HOW TO COMPLETE THIS TASK: Stop after the line with "v 0 218.8 493.333"; until then, please copy every line of the records word for word from the first.

EXTRACTED MATERIAL:
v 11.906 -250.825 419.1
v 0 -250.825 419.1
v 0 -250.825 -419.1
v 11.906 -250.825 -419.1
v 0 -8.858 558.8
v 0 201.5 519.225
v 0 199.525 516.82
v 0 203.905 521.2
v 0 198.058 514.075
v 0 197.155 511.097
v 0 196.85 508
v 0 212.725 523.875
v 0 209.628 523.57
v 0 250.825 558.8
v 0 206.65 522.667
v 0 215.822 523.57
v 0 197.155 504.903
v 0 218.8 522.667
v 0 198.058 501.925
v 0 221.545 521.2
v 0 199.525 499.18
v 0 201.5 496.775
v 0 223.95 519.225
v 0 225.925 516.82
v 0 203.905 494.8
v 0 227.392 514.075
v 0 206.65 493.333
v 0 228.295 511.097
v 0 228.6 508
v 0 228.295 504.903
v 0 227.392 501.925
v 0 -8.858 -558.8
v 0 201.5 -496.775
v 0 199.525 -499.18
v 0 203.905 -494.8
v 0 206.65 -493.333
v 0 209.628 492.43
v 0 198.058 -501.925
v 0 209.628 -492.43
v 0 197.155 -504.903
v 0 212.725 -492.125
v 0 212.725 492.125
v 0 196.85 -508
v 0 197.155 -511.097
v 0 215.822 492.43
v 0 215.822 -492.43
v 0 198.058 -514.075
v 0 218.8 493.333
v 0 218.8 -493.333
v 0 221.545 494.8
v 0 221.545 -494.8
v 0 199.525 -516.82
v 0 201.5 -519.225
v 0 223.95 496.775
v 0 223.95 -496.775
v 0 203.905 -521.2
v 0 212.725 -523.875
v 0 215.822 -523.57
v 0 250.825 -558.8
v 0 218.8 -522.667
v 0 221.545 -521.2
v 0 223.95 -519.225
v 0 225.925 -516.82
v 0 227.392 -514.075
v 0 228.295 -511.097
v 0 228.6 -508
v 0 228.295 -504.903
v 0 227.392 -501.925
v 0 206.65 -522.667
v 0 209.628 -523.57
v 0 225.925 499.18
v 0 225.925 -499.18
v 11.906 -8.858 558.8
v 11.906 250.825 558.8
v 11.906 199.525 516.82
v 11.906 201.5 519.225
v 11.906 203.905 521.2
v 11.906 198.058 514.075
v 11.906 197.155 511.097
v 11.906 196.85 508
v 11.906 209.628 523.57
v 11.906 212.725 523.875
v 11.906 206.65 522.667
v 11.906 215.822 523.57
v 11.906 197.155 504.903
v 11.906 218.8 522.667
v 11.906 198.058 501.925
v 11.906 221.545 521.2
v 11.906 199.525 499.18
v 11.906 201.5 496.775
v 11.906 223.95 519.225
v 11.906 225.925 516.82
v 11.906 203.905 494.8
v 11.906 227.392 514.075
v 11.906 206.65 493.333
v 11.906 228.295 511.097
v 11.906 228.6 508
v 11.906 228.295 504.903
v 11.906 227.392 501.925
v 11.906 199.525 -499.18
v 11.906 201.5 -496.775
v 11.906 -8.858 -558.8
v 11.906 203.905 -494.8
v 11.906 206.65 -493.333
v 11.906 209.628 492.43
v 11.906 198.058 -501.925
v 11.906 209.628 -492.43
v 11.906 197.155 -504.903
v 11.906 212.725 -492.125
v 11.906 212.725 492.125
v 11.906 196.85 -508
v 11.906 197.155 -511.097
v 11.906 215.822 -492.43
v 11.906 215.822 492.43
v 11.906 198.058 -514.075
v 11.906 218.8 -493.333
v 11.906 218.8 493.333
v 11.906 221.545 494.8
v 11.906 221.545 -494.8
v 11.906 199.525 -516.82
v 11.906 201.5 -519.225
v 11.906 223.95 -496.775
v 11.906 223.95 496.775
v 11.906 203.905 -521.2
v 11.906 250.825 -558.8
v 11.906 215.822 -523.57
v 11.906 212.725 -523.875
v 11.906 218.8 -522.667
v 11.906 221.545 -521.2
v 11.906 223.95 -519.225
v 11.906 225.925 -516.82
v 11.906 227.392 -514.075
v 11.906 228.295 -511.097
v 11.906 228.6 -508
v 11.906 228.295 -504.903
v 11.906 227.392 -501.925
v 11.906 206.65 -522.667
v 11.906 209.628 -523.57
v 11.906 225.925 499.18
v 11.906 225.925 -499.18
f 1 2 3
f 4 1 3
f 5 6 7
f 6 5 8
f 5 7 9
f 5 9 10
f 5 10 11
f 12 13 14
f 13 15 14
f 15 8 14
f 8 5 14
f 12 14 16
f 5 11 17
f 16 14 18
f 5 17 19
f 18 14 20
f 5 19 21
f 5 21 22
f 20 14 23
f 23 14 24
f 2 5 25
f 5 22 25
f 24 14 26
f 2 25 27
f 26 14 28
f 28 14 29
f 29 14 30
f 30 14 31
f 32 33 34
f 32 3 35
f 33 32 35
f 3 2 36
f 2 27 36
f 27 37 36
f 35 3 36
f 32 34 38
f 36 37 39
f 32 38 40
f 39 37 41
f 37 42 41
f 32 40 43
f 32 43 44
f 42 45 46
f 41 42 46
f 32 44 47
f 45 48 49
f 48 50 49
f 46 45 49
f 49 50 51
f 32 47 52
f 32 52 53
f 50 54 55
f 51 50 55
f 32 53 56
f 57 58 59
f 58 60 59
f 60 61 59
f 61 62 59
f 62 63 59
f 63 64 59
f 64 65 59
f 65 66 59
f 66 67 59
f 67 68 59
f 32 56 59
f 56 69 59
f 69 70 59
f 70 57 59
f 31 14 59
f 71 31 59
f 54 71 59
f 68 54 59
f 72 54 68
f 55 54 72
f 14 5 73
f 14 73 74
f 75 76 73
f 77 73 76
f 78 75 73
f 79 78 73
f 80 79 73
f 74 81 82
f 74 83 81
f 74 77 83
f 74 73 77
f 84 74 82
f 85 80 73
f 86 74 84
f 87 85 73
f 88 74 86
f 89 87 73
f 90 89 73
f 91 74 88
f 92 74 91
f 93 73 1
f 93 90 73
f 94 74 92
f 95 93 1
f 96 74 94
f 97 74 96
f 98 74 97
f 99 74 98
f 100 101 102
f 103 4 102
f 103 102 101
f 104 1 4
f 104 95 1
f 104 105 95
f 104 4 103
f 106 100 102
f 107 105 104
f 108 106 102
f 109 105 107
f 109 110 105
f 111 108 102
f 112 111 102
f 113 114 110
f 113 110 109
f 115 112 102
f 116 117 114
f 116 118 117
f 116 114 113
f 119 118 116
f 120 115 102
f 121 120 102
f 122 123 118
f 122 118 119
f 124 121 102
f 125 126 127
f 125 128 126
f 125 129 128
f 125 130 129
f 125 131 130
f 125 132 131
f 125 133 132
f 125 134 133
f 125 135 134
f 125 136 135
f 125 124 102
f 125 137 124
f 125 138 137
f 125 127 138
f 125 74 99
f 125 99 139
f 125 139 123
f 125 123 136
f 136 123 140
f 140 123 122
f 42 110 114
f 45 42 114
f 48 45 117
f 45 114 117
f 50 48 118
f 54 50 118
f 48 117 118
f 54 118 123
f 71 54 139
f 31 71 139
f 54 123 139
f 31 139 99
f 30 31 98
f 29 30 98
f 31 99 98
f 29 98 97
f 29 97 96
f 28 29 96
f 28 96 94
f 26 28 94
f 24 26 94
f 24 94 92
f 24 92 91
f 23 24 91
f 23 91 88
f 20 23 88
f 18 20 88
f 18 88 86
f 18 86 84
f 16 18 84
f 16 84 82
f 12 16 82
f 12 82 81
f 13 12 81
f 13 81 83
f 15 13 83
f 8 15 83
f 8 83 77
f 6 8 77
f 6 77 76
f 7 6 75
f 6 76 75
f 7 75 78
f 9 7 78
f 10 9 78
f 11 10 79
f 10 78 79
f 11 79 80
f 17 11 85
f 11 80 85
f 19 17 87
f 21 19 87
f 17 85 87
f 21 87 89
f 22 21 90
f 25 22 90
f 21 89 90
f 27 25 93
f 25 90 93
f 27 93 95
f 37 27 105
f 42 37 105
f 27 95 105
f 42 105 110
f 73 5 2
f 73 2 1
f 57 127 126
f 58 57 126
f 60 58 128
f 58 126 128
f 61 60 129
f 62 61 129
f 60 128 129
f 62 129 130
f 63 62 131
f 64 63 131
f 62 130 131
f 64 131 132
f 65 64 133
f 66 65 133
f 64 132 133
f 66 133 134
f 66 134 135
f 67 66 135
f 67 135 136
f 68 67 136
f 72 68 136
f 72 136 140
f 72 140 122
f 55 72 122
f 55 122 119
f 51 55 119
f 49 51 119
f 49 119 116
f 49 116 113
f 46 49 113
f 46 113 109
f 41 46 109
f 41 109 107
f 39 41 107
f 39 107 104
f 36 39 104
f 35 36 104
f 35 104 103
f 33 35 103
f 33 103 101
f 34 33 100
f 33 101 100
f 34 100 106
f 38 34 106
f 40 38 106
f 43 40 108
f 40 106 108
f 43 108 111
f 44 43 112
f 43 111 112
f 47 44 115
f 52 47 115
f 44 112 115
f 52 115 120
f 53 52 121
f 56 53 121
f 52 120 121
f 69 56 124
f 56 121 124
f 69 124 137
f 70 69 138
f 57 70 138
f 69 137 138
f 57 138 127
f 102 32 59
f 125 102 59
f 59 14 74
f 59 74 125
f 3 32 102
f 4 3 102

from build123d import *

# Parameters (mm, degrees)
SKETCH1_W           = 1117.6
SKETCH1_H           = 501.65
BOSS_EXTRUDE1_DEPTH = 11.90625
SKETCH3_R           = 15.875
CUT_EXTRUDE1_DEPTH  = 613.627439325
CHAMFER1_SIZE       = 139.7
CHAMFER1_SIZE2      = 241.967497817


with BuildPart() as part:
    # Sketch1 → Boss-Extrude1 (new body)
    with BuildSketch(Plane(origin=(0, 0, 0), x_dir=(0, 0, -1), z_dir=(1, 0, 0))):
        Rectangle(SKETCH1_W, SKETCH1_H)
    extrude(amount=BOSS_EXTRUDE1_DEPTH)

    # Sketch3 → Cut-Extrude1 (cut, through all)
    with BuildSketch(Plane(origin=(11.90625, 0, 0), x_dir=(0, 0, -1), z_dir=(1, 0, 0))):
        with Locations((-508, 212.725)):
            Circle(SKETCH3_R)
        with Locations((508, 212.725)):
            Circle(SKETCH3_R)
    extrude(amount=-CUT_EXTRUDE1_DEPTH, mode=Mode.SUBTRACT)

    # Chamfer1
    chamfer1_edges = [part.edges().sort_by_distance(p)[0] for p in [
        (5.953125, -250.825, -558.8),
        (5.953125, -250.825, 558.8),
    ]]
    chamfer1_side = [part.faces().sort_by_distance(p)[0] for p in [
        (5.953125, -250.825, 0),
    ]]
    chamfer(chamfer1_edges, length=CHAMFER1_SIZE, length2=CHAMFER1_SIZE2, reference=chamfer1_side[0])


solid = part.part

SOLUTION TO THIS EXERCISE:
v 11.906 -250.825 419.1
v 0 -250.825 419.1
v 0 -250.825 -419.1
v 11.906 -250.825 -419.1
v 0 -8.858 558.8
v 0 201.5 519.225
v 0 199.525 516.82
v 0 203.905 521.2
v 0 198.058 514.075
v 0 197.155 511.097
v 0 196.85 508
v 0 212.725 523.875
v 0 209.628 523.57
v 0 250.825 558.8
v 0 206.65 522.667
v 0 215.822 523.57
v 0 197.155 504.903
v 0 218.8 522.667
v 0 198.058 501.925
v 0 221.545 521.2
v 0 199.525 499.18
v 0 201.5 496.775
v 0 223.95 519.225
v 0 225.925 516.82
v 0 203.905 494.8
v 0 227.392 514.075
v 0 206.65 493.333
v 0 228.295 511.097
v 0 228.6 508
v 0 228.295 504.903
v 0 227.392 501.925
v 0 -8.858 -558.8
v 0 201.5 -496.775
v 0 199.525 -499.18
v 0 203.905 -494.8
v 0 206.65 -493.333
v 0 209.628 492.43
v 0 198.058 -501.925
v 0 209.628 -492.43
v 0 197.155 -504.903
v 0 212.725 -492.125
v 0 212.725 492.125
v 0 196.85 -508
v 0 197.155 -511.097
v 0 215.822 492.43
v 0 215.822 -492.43
v 0 198.058 -514.075
v 0 218.8 493.333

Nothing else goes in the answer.